MTEB#

CMTEB Evaluation Dataset#

Name	Hub Link	Description	Type	Category	Number of Test Samples
T2Retrieval	C-MTEB/T2Retrieval	T2Ranking: A large-scale Chinese paragraph ranking benchmark	Retrieval	s2p	24,832
MMarcoRetrieval	C-MTEB/MMarcoRetrieval	mMARCO is the multilingual version of the MS MARCO paragraph ranking dataset	Retrieval	s2p	7,437
DuRetrieval	C-MTEB/DuRetrieval	A large-scale Chinese web search engine paragraph retrieval benchmark	Retrieval	s2p	4,000
CovidRetrieval	C-MTEB/CovidRetrieval	COVID-19 news articles	Retrieval	s2p	949
CmedqaRetrieval	C-MTEB/CmedqaRetrieval	Online medical consultation texts	Retrieval	s2p	3,999
EcomRetrieval	C-MTEB/EcomRetrieval	Paragraph retrieval dataset collected from Alibaba e-commerce search engine systems	Retrieval	s2p	1,000
MedicalRetrieval	C-MTEB/MedicalRetrieval	Paragraph retrieval dataset collected from Alibaba medical search engine systems	Retrieval	s2p	1,000
VideoRetrieval	C-MTEB/VideoRetrieval	Paragraph retrieval dataset collected from Alibaba video search engine systems	Retrieval	s2p	1,000
T2Reranking	C-MTEB/T2Reranking	T2Ranking: A large-scale Chinese paragraph ranking benchmark	Re-ranking	s2p	24,382
MMarcoReranking	C-MTEB/MMarco-reranking	mMARCO is the multilingual version of the MS MARCO paragraph ranking dataset	Re-ranking	s2p	7,437
CMedQAv1	C-MTEB/CMedQAv1-reranking	Chinese community medical Q&A	Re-ranking	s2p	2,000
CMedQAv2	C-MTEB/CMedQAv2-reranking	Chinese community medical Q&A	Re-ranking	s2p	4,000
Ocnli	C-MTEB/OCNLI	Original Chinese natural language inference dataset	Pair Classification	s2s	3,000
Cmnli	C-MTEB/CMNLI	Chinese multi-class natural language inference	Pair Classification	s2s	139,000
CLSClusteringS2S	C-MTEB/CLSClusteringS2S	Clustering titles from the CLS dataset. Clustering based on 13 sets of main categories.	Clustering	s2s	10,000
CLSClusteringP2P	C-MTEB/CLSClusteringP2P	Clustering titles + abstracts from the CLS dataset.
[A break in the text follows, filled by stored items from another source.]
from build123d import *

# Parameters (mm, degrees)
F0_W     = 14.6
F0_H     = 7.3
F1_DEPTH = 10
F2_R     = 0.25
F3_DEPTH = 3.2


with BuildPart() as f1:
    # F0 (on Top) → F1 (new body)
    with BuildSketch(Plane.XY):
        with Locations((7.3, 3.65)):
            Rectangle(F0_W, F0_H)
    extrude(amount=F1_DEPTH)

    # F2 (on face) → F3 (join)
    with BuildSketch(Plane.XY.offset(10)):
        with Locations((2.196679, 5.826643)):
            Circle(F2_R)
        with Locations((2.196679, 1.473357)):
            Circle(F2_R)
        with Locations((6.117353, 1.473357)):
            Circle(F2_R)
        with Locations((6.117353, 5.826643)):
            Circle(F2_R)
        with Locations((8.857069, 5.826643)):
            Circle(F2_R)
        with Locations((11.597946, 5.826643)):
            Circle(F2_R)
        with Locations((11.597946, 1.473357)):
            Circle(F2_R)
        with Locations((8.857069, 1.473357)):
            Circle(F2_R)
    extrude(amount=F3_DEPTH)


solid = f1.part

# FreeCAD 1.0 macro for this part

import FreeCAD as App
import Part
import Sketcher
from FreeCAD import Vector

doc = App.newDocument("Part")
body = doc.addObject("PartDesign::Body", "Body")

# Sketch on XY plane
sketch1 = doc.addObject("Sketcher::SketchObject", "Sketch")
body.addObject(sketch1)
sketch1.AttachmentSupport = (doc.XY_Plane, [""])
sketch1.MapMode = "FlatFace"
sketch1.addGeometry([
    Part.LineSegment(Vector(0, 7, 0), Vector(0, 0, 0)),
    Part.LineSegment(Vector(0, 0, 0), Vector(15, 0, 0)),
    Part.LineSegment(Vector(15, 0, 0), Vector(15, 7, 0)),
    Part.LineSegment(Vector(15, 7, 0), Vector(0, 7, 0)),
], False)
sketch1.addConstraint([
    Sketcher.Constraint("Coincident", 0, 2, 1, 1),
    Sketcher.Constraint("Coincident", 1, 2, 2, 1),
    Sketcher.Constraint("Coincident", 2, 2, 3, 1),
    Sketcher.Constraint("Coincident", 3, 2, 0, 1),
    Sketcher.Constraint("Vertical", 0),
    Sketcher.Constraint("Horizontal", 1),
    Sketcher.Constraint("Vertical", 2),
    Sketcher.Constraint("Horizontal", 3),
    Sketcher.Constraint("Coincident", 0, 2, -1, 1),
    Sketcher.Constraint("DistanceX", 1, 1, 1, 2, 14.6),
    Sketcher.Constraint("DistanceY", 0, 2, 0, 1, 7.3),
])
pad1 = doc.addObject("PartDesign::Pad", "Pad")
body.addObject(pad1)
pad1.Profile = sketch1
pad1.Length = 10

# Sketch on XY plane
sketch2 = doc.addObject("Sketcher::SketchObject", "Sketch001")
body.addObject(sketch2)
sketch2.AttachmentSupport = (doc.XY_Plane, [""])
sketch2.MapMode = "FlatFace"
sketch2.AttachmentOffset = App.Placement(Vector(0, 0, 10), App.Rotation())
sketch2.addGeometry([
    Part.Circle(Vector(2.2, 5.83, 0), Vector(0, 0, 1), 0.25),  # 0
    Part.Circle(Vector(2.2, 1.47, 0), Vector(0, 0, 1), 0.25),  # 1
    Part.Circle(Vector(6.12, 1.47, 0), Vector(0, 0, 1), 0.25),  # 2
    Part.Circle(Vector(6.12, 5.83, 0), Vector(0, 0, 1), 0.25),  # 3
    Part.Circle(Vector(8.86, 5.83, 0), Vector(0, 0, 1), 0.25),  # 4
    Part.Circle(Vector(11.6, 5.83, 0), Vector(0, 0, 1), 0.25),  # 5
    Part.Circle(Vector(11.6, 1.47, 0), Vector(0, 0, 1), 0.25),  # 6
    Part.Circle(Vector(8.86, 1.47, 0), Vector(0, 0, 1), 0.25),  # 7
], False)
sketch2.addConstraint([
    Sketcher.Constraint("Equal", 0, 1),
    Sketcher.Constraint("Equal", 1, 2),
    Sketcher.Constraint("Equal", 2, 3),
    Sketcher.Constraint("Equal", 3, 4),
    Sketcher.Constraint("Equal", 4, 5),
    Sketcher.Constraint("Equal", 5, 6),
    Sketcher.Constraint("Equal", 6, 7),
    Sketcher.Constraint("Horizontal", 1, 3, 2, 3),
    Sketcher.Constraint("Horizontal", 0, 3, 3, 3),
    Sketcher.Constraint("Horizontal", 3, 3, 4, 3),
    Sketcher.Constraint("Horizontal", 4, 3, 5, 3),
    Sketcher.Constraint("Horizontal", 2, 3, 6, 3),
    Sketcher.Constraint("Horizontal", 6, 3, 7, 3),
    Sketcher.Constraint("Vertical", 0, 3, 1, 3),
    Sketcher.Constraint("Vertical", 2, 3, 3, 3),
    Sketcher.Constraint("Vertical", 5, 3, 6, 3),
    Sketcher.Constraint("Vertical", 4, 3, 7, 3),
    Sketcher.Constraint("Diameter", 0, 0.5),
    Sketcher.Constraint("DistanceX", -1, 1, 0, 3, 2.196679),
    Sketcher.Constraint("DistanceX", -1, 1, 4, 3, 8.857069),
    Sketcher.Constraint("DistanceY", -1, 1, 0, 3, 5.826643),
    Sketcher.Constraint("DistanceY", -1, 1, 1, 3, 1.473357),
    Sketcher.Constraint("DistanceX", -1, 1, 2, 3, 6.117353),
    Sketcher.Constraint("DistanceX", -1, 1, 5, 3, 11.597946),
])
pad2 = doc.addObject("PartDesign::Pad", "Pad001")
body.addObject(pad2)
pad2.Profile = sketch2
pad2.Length = 3.2

doc.recompute()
Clustering based on 13 sets of main categories.	Clustering	p2p	10,000
ThuNewsClusteringS2S	C-MTEB/ThuNewsClusteringS2S	Clustering titles from the THUCNews dataset	Clustering	s2s	10,000
ThuNewsClusteringP2P	C-MTEB/ThuNewsClusteringP2P	Clustering titles + abstracts from the THUCNews dataset	Clustering	p2p	10,000
ATEC	C-MTEB/ATEC	ATEC NLP Sentence Pair Similarity Competition	STS	s2s	20,000
BQ	C-MTEB/BQ	Banking Question Semantic Similarity	STS	s2s	10,000
LCQMC	C-MTEB/LCQMC	Large-scale Chinese Question Matching Corpus	STS	s2s	12,500
PAWSX	C-MTEB/PAWSX	Translated PAWS evaluation pairs	STS	s2s	2,000
STSB	C-MTEB/STSB	Translated STS-B into Chinese	STS	s2s	1,360
AFQMC	C-MTEB/AFQMC	Ant Financial Question Matching Corpus	STS	s2s	3,861
QBQTC	C-MTEB/QBQTC	QQ Browser Query Title Corpus	STS	s2s	5,000
TNews	C-MTEB/TNews-classification	News Short Text Classification	Classification	s2s	10,000
IFlyTek	C-MTEB/IFlyTek-classification	Long Text Classification of Application Descriptions	Classification	s2s	2,600
Waimai	C-MTEB/waimai-classification	Sentiment Analysis of User Reviews on Food Delivery Platforms	Classification	s2s	1,000
OnlineShopping	C-MTEB/OnlineShopping-classification	Sentiment Analysis of User Reviews on Online Shopping Websites	Classification	s2s	1,000
MultilingualSentiment	C-MTEB/MultilingualSentiment-classification	A set of multilingual sentiment datasets grouped into three categories: positive, neutral, negative	Classification	s2s	3,000
JDReview	C-MTEB/JDReview-classification	Reviews of iPhone	Classification	s2s	533

For retrieval tasks, a sample of 100,000 candidates (including the ground truth) is drawn from the entire corpus to reduce inference costs.